Interaction energy of two interpenetrating spheres of uniform charge density

[Johe]

Homework Statement

Find the interaction energy of two interpenetrating spheres of uniform charge density $$\rho_{1}$$ and $$\rho_{2}$$ Let the two spheres have equal radii $a$ and let the separation.

Relevant Equations

$$
\Phi(x)=\int \rho\left(x^{\prime}\right) \frac{1}{\left|x-x^{\prime}\right|} d \tau^{\prime}
$$

I am trying to calculate the interaction energy of two interpenetrating spheres of uniform charge density. Here is my work:
First I want to calculate the electric potential of one sphere as following;
$$\Phi(\mathbf{r})=\frac{1}{4 \pi \epsilon_{0}} \int \frac{\rho\left(\mathbf{r}^{}\right)}{\bf{r^{\prime}}} d \tau$$
Doing that I got
$$\Phi(r)= \frac{\rho}{2 \epsilon_{0}}\left(R^{2}-\frac{1}{3} r^{2}\right)$$
Now I need to solve the following;
$$\int_{V} \rho_{2}(\vec{r}) \Phi_{1}(\vec{r}) \mathrm{d}^{3} r$$ But I did not know how to do it.

I general,

$$U_{i n t}=\frac{}{} \int_{V} \rho_{2}(\vec{r}) \Phi_{1}(\vec{r})+\rho_{1}(\vec{r}) \Phi_{2}(\vec{r}) \mathrm{d}^{3} r=\int_{V} \rho_{1}(\vec{r}) \Phi_{2}(\vec{r}) \mathrm{d}^{3} r=\int_{V} \rho_{2}(\vec{r}) \Phi_{1}(\vec{r}) \mathrm{d}^{3} r$$
which tells that the total work done by one sphere on the other sphere as you bring the isolated objects from super far away to their current positions. Since the forces were equal and opposite, the work done by one on the other is equal to the work done by the other on the one.
Please help me. I attached the problem statement.

 

[anuttarasammyak]

As for a uniformly charged sphere of radius a, its potential $\phi$ is
for distance r>a
$$\phi(r)=\frac{Q}{4\pi\epsilon}\frac{1}{r}$$
and for r<a,
$$\phi(r)=\frac{Q}{4\pi\epsilon}\frac{1}{a}$$
,constant, where $Q=4\pi a^2 \rho$ is total charge. This fact would be useful in your calculation.

 

[Johe]

As for a uniformly charged sphere of radius a, its potential $\phi$ is
for distance r>a
$$\phi(r)=\frac{Q}{4\pi\epsilon}\frac{1}{r}$$
and for r<a,
$$\phi(r)=\frac{Q}{4\pi\epsilon}\frac{1}{a}$$
,constant, where $Q=4\pi a^2 \rho$ is total charge. This fact would be useful in your calculation.

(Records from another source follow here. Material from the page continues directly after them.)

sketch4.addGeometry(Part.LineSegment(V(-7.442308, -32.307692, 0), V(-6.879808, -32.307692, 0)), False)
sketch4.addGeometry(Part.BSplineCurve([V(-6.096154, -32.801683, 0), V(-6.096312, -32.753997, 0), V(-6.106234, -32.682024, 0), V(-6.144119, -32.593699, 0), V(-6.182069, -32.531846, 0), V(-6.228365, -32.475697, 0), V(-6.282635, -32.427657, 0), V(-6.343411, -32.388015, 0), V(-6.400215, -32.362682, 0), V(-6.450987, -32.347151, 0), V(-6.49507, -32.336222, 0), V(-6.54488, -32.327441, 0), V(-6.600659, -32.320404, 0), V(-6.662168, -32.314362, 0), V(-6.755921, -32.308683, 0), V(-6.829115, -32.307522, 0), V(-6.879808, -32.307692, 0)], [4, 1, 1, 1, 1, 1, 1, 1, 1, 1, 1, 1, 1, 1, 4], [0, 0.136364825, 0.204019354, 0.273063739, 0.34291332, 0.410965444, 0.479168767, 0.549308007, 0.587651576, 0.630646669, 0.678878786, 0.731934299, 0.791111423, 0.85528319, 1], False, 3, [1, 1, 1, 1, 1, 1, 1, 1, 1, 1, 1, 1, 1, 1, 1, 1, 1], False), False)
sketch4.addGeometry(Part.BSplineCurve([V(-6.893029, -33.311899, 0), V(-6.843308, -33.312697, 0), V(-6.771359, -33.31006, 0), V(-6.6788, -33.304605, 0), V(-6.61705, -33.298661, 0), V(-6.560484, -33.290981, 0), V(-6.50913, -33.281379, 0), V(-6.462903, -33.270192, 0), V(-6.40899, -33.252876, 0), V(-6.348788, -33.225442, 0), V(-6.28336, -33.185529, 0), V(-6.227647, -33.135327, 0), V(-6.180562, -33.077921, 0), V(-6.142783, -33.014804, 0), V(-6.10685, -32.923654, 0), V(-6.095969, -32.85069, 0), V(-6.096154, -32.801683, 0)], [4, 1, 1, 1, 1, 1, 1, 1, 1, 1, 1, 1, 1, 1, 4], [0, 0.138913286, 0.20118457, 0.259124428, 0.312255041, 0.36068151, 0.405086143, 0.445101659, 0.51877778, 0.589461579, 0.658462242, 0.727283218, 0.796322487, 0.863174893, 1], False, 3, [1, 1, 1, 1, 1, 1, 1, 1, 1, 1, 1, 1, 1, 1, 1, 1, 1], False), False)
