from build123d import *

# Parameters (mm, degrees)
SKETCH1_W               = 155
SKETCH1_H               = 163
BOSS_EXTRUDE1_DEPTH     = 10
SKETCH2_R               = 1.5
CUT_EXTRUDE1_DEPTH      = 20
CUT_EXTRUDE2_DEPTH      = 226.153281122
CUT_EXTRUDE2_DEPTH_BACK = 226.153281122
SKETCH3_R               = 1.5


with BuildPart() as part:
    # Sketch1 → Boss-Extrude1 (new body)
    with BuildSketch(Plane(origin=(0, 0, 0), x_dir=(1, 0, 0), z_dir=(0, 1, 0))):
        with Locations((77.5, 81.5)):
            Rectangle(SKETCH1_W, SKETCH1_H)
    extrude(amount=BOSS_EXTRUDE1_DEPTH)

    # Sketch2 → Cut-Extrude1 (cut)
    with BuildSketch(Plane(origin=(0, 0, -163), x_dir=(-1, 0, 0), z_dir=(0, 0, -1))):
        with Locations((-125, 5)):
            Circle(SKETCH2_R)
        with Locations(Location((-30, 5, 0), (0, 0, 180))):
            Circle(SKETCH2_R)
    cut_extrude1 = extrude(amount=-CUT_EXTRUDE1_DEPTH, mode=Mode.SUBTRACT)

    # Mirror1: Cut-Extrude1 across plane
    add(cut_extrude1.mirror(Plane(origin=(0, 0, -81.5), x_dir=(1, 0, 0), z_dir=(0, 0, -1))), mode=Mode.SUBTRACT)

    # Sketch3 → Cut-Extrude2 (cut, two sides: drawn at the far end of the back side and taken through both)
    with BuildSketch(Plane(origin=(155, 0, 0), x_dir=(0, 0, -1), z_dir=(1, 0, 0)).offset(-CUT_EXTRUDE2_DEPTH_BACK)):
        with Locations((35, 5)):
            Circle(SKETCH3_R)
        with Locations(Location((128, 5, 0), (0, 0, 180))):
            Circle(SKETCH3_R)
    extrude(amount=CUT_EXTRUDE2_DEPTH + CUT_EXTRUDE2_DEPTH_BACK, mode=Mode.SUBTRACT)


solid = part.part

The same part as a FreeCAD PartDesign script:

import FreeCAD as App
import Part
import Sketcher
from FreeCAD import Vector
Q = App.Units.Quantity


def add_polygon(sketch, points):
    """Adds a closed chain of lines whose ends are joined by coincident constraints."""
    first, n = sketch.GeometryCount, len(points)
    for a, b in zip(points, points[1:] + points[:1]):
        sketch.addGeometry(Part.LineSegment(App.Vector(*a, 0), App.Vector(*b, 0)), False)
    for i in range(n):
        sketch.addConstraint(Sketcher.Constraint("Coincident", first + i, 2, first + (i + 1) % n, 1))

doc = App.newDocument("Part")
body = doc.addObject("PartDesign::Body", "Body")

# Sketch on XZ plane
sketch1 = body.newObject("Sketcher::SketchObject", "Sketch")
sketch1.AttachmentSupport = (doc.getObject("XZ_Plane"), [""])
sketch1.MapMode = "FlatFace"
add_polygon(sketch1, [(0, -163), (0, 0), (155, 0), (155, -163)])  # lines 0-3
sketch1.addConstraint(Sketcher.Constraint("Vertical", 0))
sketch1.addConstraint(Sketcher.Constraint("Horizontal", 1))
sketch1.addConstraint(Sketcher.Constraint("Vertical", 2))
sketch1.addConstraint(Sketcher.Constraint("Horizontal", 3))
sketch1.addConstraint(Sketcher.Constraint("Coincident", 0, 2, -1, 1))
sketch1.addConstraint(Sketcher.Constraint("DistanceX", 1, 1, 1, 2, Q("155 mm")))
sketch1.addConstraint(Sketcher.Constraint("DistanceY", 0, 1, 0, 2, Q("163 mm")))
pad1 = body.newObject("PartDesign::Pad", "Pad")
pad1.Profile = sketch1
pad1.Length = 10
pad1.Reversed = True

# Sketch on XY plane
sketch2 = body.newObject("Sketcher::SketchObject", "Sketch001")
sketch2.AttachmentSupport = (doc.getObject("XY_Plane"), [""])
sketch2.MapMode = "FlatFace"
sketch2.AttachmentOffset = App.Placement(Vector(0, 0, -163), App.Rotation())
sketch2.addGeometry(Part.Circle(Vector(125, 5, 0), Vector(0, 0, 1), 1.5), False)
sketch2.addGeometry(Part.Circle(Vector(30, 5, 0), Vector(0, 0, 1), 1.5), False)
sketch2.addConstraint(Sketcher.Constraint("Equal", 0, 1))
sketch2.addConstraint(Sketcher.Constraint("Horizontal", 0, 3, 1, 3))
sketch2.addConstraint(Sketcher.Constraint("Diameter", 0, Q("3 mm")))
sketch2.addConstraint(Sketcher.Constraint("DistanceX", -1, 1, 0, 3, Q("125 mm")))
sketch2.addConstraint(Sketcher.Constraint("DistanceY", -1, 1, 0, 3, Q("5 mm")))
sketch2.addConstraint(Sketcher.Constraint("DistanceX", -1, 1, 1, 3, Q("30 mm")))
pocket1 = body.newObject("PartDesign::Pocket", "Pocket")
pocket1.Profile = sketch2
pocket1.Length = 20
pocket1.Reversed = True
doc.recompute()

datumplane = body.newObject("PartDesign::Plane", "DatumPlane")
datumplane.AttachmentSupport = (doc.getObject("XY_Plane"), [""])
datumplane.MapMode = "FlatFace"
datumplane.AttachmentOffset = App.Placement(Vector(0, 0, -81.5), App.Rotation())
mirrored = body.newObject("PartDesign::Mirrored", "Mirrored")
mirrored.Originals = [pocket1]
mirrored.MirrorPlane = (datumplane, [""])
body.Tip = mirrored

# Sketch on YZ plane
sketch3 = body.newObject("Sketcher::SketchObject", "Sketch002")
sketch3.AttachmentSupport = (doc.getObject("YZ_Plane"), [""])
sketch3.MapMode = "FlatFace"
sketch3.AttachmentOffset = App.Placement(Vector(0, 0, 155), App.Rotation())
sketch3.addGeometry(Part.Circle(Vector(5, -35, 0), Vector(0, 0, 1), 1.5), False)
sketch3.addGeometry(Part.Circle(Vector(5, -128, 0), Vector(0, 0, 1), 1.5), False)
sketch3.addConstraint(Sketcher.Constraint("Equal", 0, 1))
sketch3.addConstraint(Sketcher.Constraint("Vertical", 0, 3, 1, 3))
sketch3.addConstraint(Sketcher.Constraint("Diameter", 0, Q("3 mm")))
sketch3.addConstraint(Sketcher.Constraint("DistanceX", -1, 1, 0, 3, Q("5 mm")))
sketch3.addConstraint(Sketcher.Constraint("DistanceY", 0, 3, -1, 1, Q("35 mm")))
sketch3.addConstraint(Sketcher.Constraint("DistanceY", 1, 3, -1, 1, Q("128 mm")))
pocket2 = body.newObject("PartDesign::Pocket", "Pocket001")
pocket2.Profile = sketch3
pocket2.Type = "ThroughAll"
pocket2.Midplane = True

doc.recompute()
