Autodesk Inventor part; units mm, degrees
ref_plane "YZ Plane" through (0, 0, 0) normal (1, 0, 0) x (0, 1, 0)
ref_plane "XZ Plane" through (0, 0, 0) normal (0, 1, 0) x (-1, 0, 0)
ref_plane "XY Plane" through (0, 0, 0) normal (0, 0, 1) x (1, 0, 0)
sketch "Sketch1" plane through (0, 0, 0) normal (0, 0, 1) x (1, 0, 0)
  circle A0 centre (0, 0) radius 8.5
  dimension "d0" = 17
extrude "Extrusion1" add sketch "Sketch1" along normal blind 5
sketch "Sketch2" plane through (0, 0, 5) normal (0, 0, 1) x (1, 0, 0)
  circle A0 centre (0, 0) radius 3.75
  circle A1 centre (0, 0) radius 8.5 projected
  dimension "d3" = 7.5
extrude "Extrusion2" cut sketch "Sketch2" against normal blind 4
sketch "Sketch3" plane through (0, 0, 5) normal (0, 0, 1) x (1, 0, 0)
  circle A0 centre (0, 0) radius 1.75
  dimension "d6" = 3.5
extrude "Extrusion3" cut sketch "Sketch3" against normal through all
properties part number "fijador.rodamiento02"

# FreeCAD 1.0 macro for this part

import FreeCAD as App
import Part
import Sketcher

V = App.Vector

doc = App.newDocument("Part")
body = doc.addObject("PartDesign::Body", "Body")

sketch1 = body.newObject("Sketcher::SketchObject", "Sketch")
sketch1.AttachmentSupport = (doc.getObject("XY_Plane"), [""])
sketch1.MapMode = "FlatFace"
sketch1.addGeometry(Part.Circle(V(0, 0, 0), V(0, 0, 1), 8.5), False)
sketch1.addConstraint([
    Sketcher.Constraint("Coincident", 0, 3, -1, 1),
    Sketcher.Constraint("Diameter", 0, 17.0),
])
pad1 = body.newObject("PartDesign::Pad", "Pad")
pad1.Profile = sketch1
pad1.Length = 5

sketch2 = body.newObject("Sketcher::SketchObject", "Sketch001")
sketch2.AttachmentSupport = (doc.getObject("XY_Plane"), [""])
sketch2.MapMode = "FlatFace"
sketch2.AttachmentOffset = App.Placement(V(0, 0, 5), App.Rotation())
sketch2.addGeometry([
    Part.Circle(V(0, 0, 0), V(0, 0, 1), 8.5),
    Part.Circle(V(0, 0, 0), V(0, 0, 1), 3.75),
], False)
sketch2.addConstraint([
    Sketcher.Constraint("Coincident", 0, 3, -1, 1),
    Sketcher.Constraint("Coincident", 1, 3, -1, 1),
    Sketcher.Constraint("Diameter", 1, 7.5),
    Sketcher.Constraint("Diameter", 0, 17.0),
])
pocket1 = body.newObject("PartDesign::Pocket", "Pocket")
pocket1.Profile = sketch2
pocket1.Length = 4

sketch3 = body.newObject("Sketcher::SketchObject", "Sketch002")
sketch3.AttachmentSupport = (doc.getObject("XY_Plane"), [""])
sketch3.MapMode = "FlatFace"
sketch3.AttachmentOffset = App.Placement(V(0, 0, 5), App.Rotation())
sketch3.addGeometry(Part.Circle(V(0, 0, 0), V(0, 0, 1), 1.75), False)
sketch3.addConstraint([
    Sketcher.Constraint("Coincident", 0, 3, -1, 1),
    Sketcher.Constraint("Diameter", 0, 3.5),
])
pocket2 = body.newObject("PartDesign::Pocket", "Pocket001")
pocket2.Profile = sketch3
pocket2.Type = "ThroughAll"

doc.recompute()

This for a one sphere, not in case of overlapping. Which is not trivial.

 

[anuttarasammyak]

Another sphere interpenetrates it. For inside part constant potential is applied. For outside part potential of a function of the distance from the original sphere center is applied.

 

[Johe]

Another sphere interpenetrates it. For inside part constant potential is applied. For outside part potential of a function of the distance from the original sphere center is applied.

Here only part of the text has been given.